§ **EXERCISE DATA**

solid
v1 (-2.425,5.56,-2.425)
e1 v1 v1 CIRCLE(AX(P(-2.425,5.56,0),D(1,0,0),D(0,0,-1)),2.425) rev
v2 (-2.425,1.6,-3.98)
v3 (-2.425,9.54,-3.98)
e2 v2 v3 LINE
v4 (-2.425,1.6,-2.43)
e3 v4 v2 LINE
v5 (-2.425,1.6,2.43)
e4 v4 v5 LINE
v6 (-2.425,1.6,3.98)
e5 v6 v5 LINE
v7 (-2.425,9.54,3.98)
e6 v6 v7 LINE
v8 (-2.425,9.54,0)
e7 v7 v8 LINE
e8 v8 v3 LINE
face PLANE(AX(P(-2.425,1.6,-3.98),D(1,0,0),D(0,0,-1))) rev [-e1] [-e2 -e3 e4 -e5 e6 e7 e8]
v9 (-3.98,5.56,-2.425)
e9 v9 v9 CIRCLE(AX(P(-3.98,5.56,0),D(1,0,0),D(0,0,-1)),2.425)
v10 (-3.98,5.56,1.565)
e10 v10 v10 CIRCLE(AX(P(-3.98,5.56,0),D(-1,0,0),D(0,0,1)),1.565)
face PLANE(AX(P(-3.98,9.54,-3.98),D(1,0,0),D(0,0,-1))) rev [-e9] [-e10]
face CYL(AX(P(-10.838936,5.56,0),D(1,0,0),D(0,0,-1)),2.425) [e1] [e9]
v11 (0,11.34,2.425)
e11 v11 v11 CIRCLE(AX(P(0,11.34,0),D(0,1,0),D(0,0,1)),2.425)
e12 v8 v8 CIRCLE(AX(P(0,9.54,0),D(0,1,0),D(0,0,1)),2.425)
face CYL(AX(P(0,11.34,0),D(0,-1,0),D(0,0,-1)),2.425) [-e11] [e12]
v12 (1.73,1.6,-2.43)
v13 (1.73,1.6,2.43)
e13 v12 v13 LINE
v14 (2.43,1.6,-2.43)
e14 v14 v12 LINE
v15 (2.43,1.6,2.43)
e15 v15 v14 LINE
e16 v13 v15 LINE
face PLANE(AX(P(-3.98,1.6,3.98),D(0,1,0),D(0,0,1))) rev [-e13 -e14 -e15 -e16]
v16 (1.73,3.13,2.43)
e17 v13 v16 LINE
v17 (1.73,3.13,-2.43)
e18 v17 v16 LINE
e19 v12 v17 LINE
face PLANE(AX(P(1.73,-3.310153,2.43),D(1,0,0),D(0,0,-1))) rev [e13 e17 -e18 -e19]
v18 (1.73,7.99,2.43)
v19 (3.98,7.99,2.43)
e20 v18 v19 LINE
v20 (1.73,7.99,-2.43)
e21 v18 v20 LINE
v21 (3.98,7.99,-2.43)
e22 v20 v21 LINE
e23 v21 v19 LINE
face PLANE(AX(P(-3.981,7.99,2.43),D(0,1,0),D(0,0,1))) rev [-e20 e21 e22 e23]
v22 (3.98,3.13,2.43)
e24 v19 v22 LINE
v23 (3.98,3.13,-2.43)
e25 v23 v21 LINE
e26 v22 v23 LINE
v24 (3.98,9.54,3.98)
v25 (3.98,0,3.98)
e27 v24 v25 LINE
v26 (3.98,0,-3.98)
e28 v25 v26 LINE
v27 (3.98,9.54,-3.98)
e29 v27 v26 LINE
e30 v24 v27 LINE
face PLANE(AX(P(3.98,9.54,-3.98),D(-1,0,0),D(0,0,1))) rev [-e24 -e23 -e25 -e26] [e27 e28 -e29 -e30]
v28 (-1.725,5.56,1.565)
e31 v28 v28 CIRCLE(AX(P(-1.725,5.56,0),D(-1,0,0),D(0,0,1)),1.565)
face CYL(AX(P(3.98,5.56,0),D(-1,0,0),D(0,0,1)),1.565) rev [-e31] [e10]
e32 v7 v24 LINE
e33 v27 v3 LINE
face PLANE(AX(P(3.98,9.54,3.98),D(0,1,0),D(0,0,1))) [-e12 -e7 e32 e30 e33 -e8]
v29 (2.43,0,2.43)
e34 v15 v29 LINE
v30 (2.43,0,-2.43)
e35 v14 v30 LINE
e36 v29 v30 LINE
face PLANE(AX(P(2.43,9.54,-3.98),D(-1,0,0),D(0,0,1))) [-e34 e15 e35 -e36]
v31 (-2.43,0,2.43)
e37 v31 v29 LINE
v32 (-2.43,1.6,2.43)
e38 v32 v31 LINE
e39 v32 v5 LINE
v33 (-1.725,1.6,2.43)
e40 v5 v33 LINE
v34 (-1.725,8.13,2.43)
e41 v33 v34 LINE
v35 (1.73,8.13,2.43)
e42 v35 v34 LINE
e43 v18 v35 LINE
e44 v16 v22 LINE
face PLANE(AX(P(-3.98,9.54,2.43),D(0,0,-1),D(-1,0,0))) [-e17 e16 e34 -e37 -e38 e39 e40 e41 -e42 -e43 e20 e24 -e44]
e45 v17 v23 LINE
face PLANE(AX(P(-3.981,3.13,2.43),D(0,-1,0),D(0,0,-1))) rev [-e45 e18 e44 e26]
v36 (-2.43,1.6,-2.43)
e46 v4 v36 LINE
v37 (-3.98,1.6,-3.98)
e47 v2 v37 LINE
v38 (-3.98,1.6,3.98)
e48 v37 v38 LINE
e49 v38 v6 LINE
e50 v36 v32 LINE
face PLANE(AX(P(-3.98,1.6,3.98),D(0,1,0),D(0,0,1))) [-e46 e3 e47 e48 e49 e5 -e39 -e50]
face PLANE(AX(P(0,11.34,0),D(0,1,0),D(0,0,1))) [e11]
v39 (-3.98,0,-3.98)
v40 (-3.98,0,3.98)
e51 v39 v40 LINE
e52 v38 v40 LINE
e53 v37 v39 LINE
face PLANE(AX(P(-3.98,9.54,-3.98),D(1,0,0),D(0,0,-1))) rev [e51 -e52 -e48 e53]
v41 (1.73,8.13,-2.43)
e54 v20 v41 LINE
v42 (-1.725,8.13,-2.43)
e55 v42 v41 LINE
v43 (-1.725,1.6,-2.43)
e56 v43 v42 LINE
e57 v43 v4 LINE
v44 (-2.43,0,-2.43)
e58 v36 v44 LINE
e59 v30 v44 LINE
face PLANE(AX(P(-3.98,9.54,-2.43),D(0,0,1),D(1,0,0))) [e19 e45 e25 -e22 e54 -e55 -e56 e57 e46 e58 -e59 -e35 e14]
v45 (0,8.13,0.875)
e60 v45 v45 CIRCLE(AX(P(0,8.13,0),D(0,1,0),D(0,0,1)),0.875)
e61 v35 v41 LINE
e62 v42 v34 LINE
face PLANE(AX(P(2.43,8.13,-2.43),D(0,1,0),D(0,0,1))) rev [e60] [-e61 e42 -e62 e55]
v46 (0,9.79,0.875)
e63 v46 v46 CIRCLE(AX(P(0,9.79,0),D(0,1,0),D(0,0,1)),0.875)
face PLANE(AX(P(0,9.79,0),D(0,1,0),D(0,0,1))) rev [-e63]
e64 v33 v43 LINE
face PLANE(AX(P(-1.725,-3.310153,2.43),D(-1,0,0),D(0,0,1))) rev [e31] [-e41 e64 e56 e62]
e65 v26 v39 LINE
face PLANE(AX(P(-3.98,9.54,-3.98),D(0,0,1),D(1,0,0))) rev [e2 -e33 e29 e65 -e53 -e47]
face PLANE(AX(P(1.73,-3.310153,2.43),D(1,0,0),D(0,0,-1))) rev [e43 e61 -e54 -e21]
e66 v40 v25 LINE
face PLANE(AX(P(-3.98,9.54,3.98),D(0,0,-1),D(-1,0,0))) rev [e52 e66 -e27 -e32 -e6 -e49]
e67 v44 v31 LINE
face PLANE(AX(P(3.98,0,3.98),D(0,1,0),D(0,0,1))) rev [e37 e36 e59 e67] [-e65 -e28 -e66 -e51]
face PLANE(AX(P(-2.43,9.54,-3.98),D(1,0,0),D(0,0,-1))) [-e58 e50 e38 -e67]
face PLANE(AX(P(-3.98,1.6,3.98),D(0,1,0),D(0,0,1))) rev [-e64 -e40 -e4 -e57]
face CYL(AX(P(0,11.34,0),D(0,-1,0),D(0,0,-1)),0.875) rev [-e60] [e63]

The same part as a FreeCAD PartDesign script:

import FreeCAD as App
import Part
import Sketcher
from FreeCAD import Vector


def faces_at(feature, points):
    """Names of the faces that lie closest to the given points."""
    faces = feature.Shape.Faces
    near = lambda p: min(range(len(faces)), key=lambda i: faces[i].distToShape(Part.Vertex(*p))[0])
    return sorted({f"Face{near(p) + 1}" for p in points})

doc = App.newDocument("Part")
body = doc.addObject("PartDesign::Body", "Body")

# Sketch on XZ plane
sketch1 = body.newObject("Sketcher::SketchObject", "Sketch")
sketch1.AttachmentSupport = (doc.getObject("XZ_Plane"), [""])
sketch1.MapMode = "FlatFace"
sketch1.addGeometry(Part.LineSegment(Vector(-4, -4, 0), Vector(-4, 4, 0)), False)
sketch1.addGeometry(Part.LineSegment(Vector(-4, 4, 0), Vector(4, 4, 0)), False)
sketch1.addGeometry(Part.LineSegment(Vector(4, 4, 0), Vector(4, -4, 0)), False)
sketch1.addGeometry(Part.LineSegment(Vector(4, -4, 0), Vector(-4, -4, 0)), False)
sketch1.addConstraint(Sketcher.Constraint("Coincident", 0, 2, 1, 1))
sketch1.addConstraint(Sketcher.Constraint("Coincident", 1, 2, 2, 1))
sketch1.addConstraint(Sketcher.Constraint("Coincident", 2, 2, 3, 1))
sketch1.addConstraint(Sketcher.Constraint("Coincident", 3, 2, 0, 1))
sketch1.addConstraint(Sketcher.Constraint("Vertical", 0))
sketch1.addConstraint(Sketcher.Constraint("Horizontal", 1))
sketch1.addConstraint(Sketcher.Constraint("Vertical", 2))
sketch1.addConstraint(Sketcher.Constraint("Horizontal", 3))
sketch1.addConstraint(Sketcher.Constraint("Symmetric", 0, 2, 2, 2, -1, 1))
sketch1.addConstraint(Sketcher.Constraint("Equal", 3, 0))
sketch1.addConstraint(Sketcher.Constraint("DistanceX", 1, 1, 1, 2, 7.96))
pad1 = body.newObject("PartDesign::Pad", "Pad")
pad1.Profile = sketch1
pad1.Length = 9.54
pad1.Reversed = True
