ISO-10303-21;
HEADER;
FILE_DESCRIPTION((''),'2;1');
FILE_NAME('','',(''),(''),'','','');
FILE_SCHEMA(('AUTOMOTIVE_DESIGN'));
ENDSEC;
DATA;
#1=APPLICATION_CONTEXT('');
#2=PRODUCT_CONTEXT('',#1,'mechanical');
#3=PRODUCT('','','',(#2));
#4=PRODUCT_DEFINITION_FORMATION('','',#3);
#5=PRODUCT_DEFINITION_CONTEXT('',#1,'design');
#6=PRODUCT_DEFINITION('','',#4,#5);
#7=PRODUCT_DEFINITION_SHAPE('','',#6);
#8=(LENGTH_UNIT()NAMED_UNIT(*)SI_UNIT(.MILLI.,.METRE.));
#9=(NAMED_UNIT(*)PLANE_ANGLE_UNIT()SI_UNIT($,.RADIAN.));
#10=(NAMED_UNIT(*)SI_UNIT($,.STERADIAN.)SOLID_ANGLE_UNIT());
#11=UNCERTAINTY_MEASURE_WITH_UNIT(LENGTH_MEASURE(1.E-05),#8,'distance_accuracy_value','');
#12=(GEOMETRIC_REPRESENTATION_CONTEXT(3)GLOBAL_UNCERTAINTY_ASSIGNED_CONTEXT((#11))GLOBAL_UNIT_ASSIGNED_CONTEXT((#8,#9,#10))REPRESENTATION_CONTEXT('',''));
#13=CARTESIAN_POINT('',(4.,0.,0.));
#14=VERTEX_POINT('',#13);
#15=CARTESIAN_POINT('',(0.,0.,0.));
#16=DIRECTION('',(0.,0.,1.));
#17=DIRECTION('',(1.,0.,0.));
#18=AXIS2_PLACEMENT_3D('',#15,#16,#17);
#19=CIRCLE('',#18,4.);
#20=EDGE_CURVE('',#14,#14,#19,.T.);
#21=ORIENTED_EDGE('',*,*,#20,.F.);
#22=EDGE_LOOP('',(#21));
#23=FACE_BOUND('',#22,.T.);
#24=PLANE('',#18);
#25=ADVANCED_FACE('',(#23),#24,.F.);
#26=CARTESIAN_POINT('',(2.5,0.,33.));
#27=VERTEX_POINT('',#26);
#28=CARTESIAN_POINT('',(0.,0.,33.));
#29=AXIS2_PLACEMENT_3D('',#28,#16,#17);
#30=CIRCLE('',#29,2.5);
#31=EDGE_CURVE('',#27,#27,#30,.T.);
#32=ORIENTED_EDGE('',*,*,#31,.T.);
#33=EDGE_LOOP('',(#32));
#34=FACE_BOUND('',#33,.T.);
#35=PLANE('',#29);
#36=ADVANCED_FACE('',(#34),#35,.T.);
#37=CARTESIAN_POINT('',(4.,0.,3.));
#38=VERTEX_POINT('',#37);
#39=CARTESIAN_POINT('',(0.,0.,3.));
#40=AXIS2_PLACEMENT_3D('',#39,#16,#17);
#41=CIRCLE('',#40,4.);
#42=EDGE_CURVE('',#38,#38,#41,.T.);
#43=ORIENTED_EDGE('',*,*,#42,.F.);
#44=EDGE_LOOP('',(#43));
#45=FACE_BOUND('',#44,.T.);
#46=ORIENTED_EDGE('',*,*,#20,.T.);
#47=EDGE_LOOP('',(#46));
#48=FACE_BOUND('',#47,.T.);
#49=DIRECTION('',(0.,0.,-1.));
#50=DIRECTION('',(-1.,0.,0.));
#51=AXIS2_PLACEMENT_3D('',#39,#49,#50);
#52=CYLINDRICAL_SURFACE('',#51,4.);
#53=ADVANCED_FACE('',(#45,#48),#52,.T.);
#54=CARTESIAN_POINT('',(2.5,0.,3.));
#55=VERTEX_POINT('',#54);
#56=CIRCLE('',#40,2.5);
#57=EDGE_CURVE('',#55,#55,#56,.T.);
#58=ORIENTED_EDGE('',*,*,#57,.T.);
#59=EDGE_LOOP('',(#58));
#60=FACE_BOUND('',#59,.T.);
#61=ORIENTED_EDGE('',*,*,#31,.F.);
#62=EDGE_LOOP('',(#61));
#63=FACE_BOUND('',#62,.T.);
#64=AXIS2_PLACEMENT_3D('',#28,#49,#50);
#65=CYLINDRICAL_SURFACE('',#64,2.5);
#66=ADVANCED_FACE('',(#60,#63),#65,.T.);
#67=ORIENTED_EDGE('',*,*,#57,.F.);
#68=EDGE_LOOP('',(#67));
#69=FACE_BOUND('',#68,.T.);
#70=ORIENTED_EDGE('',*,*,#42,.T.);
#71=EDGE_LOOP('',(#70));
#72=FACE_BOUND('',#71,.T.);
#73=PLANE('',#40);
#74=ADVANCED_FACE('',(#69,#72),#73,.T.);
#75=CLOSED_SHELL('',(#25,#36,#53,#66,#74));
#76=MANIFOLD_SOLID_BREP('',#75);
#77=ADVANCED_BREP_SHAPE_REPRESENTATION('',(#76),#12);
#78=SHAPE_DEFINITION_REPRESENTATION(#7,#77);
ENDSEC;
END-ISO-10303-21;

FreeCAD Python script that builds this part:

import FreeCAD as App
import Part
import Sketcher

V = App.Vector
Q = App.Units.Quantity

doc = App.newDocument("Part")
params = doc.addObject("Spreadsheet::Sheet", "Params")
for row, (alias, value) in enumerate([
    ("sketch1_diameter", "8 mm"),
    ("pad1_length", "3 mm"),
    ("sketch2_diameter", "5 mm"),
    ("pad2_length", "30 mm"),
], start=1):
    params.set(f"A{row}", alias)
    params.set(f"B{row}", "=" + value)
    params.setAlias(f"B{row}", alias)

body = doc.addObject("PartDesign::Body", "Body")

# Sketch on XY plane
sketch1 = doc.addObject("Sketcher::SketchObject", "Sketch")
body.addObject(sketch1)
sketch1.AttachmentSupport = (doc.XY_Plane, [""])
sketch1.MapMode = "FlatFace"
sketch1.addGeometry(Part.Circle(V(0, 0, 0), V(0, 0, 1), 4), False)
sketch1.addConstraint([
    Sketcher.Constraint("Coincident", 0, 3, -1, 1),
    Sketcher.Constraint("Diameter", 0, Q("8 mm")),
])
sketch1.setExpression("Constraints[1]", "Params.sketch1_diameter")
pad1 = doc.addObject("PartDesign::Pad", "Pad")
body.addObject(pad1)
pad1.Profile = sketch1
pad1.setExpression("Length", "Params.pad1_length")

# Sketch on XY plane
sketch2 = doc.addObject("Sketcher::SketchObject", "Sketch001")
body.addObject(sketch2)
sketch2.AttachmentSupport = (doc.XY_Plane, [""])
sketch2.MapMode = "FlatFace"
sketch2.AttachmentOffset = App.Placement(V(0, 0, 3), App.Rotation())
sketch2.addGeometry(Part.Circle(V(0, 0, 0), V(0, 0, 1), 2.5), False)
sketch2.addConstraint([
    Sketcher.Constraint("Coincident", 0, 3, -1, 1),
    Sketcher.Constraint("Diameter", 0, Q("5 mm")),
])
sketch2.setExpression("Constraints[1]", "Params.sketch2_diameter")
pad2 = doc.addObject("PartDesign::Pad", "Pad001")
body.addObject(pad2)
pad2.Profile = sketch2
pad2.setExpression("Length", "Params.pad2_length")

doc.recompute()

§ **ABOUT THIS EXERCISE**
Return the entries exactly through the "e19 v12 v17 LINE" line.

§ **RESPONSE TO THIS TASK**
solid
v1 (-2.425,5.56,-2.425)
e1 v1 v1 CIRCLE(AX(P(-2.425,5.56,0),D(1,0,0),D(0,0,-1)),2.425) rev
v2 (-2.425,1.6,-3.98)
v3 (-2.425,9.54,-3.98)
e2 v2 v3 LINE
v4 (-2.425,1.6,-2.43)
e3 v4 v2 LINE
v5 (-2.425,1.6,2.43)
e4 v4 v5 LINE
v6 (-2.425,1.6,3.98)
e5 v6 v5 LINE
v7 (-2.425,9.54,3.98)
e6 v6 v7 LINE
v8 (-2.425,9.54,0)
e7 v7 v8 LINE
e8 v8 v3 LINE
face PLANE(AX(P(-2.425,1.6,-3.98),D(1,0,0),D(0,0,-1))) rev [-e1] [-e2 -e3 e4 -e5 e6 e7 e8]
v9 (-3.98,5.56,-2.425)
e9 v9 v9 CIRCLE(AX(P(-3.98,5.56,0),D(1,0,0),D(0,0,-1)),2.425)
v10 (-3.98,5.56,1.565)
e10 v10 v10 CIRCLE(AX(P(-3.98,5.56,0),D(-1,0,0),D(0,0,1)),1.565)
face PLANE(AX(P(-3.98,9.54,-3.98),D(1,0,0),D(0,0,-1))) rev [-e9] [-e10]
face CYL(AX(P(-10.838936,5.56,0),D(1,0,0),D(0,0,-1)),2.425) [e1] [e9]
v11 (0,11.34,2.425)
e11 v11 v11 CIRCLE(AX(P(0,11.34,0),D(0,1,0),D(0,0,1)),2.425)
e12 v8 v8 CIRCLE(AX(P(0,9.54,0),D(0,1,0),D(0,0,1)),2.425)
face CYL(AX(P(0,11.34,0),D(0,-1,0),D(0,0,-1)),2.425) [-e11] [e12]
v12 (1.73,1.6,-2.43)
v13 (1.73,1.6,2.43)
e13 v12 v13 LINE
v14 (2.43,1.6,-2.43)
e14 v14 v12 LINE
v15 (2.43,1.6,2.43)
e15 v15 v14 LINE
e16 v13 v15 LINE
face PLANE(AX(P(-3.98,1.6,3.98),D(0,1,0),D(0,0,1))) rev [-e13 -e14 -e15 -e16]
v16 (1.73,3.13,2.43)
e17 v13 v16 LINE
v17 (1.73,3.13,-2.43)
e18 v17 v16 LINE
e19 v12 v17 LINE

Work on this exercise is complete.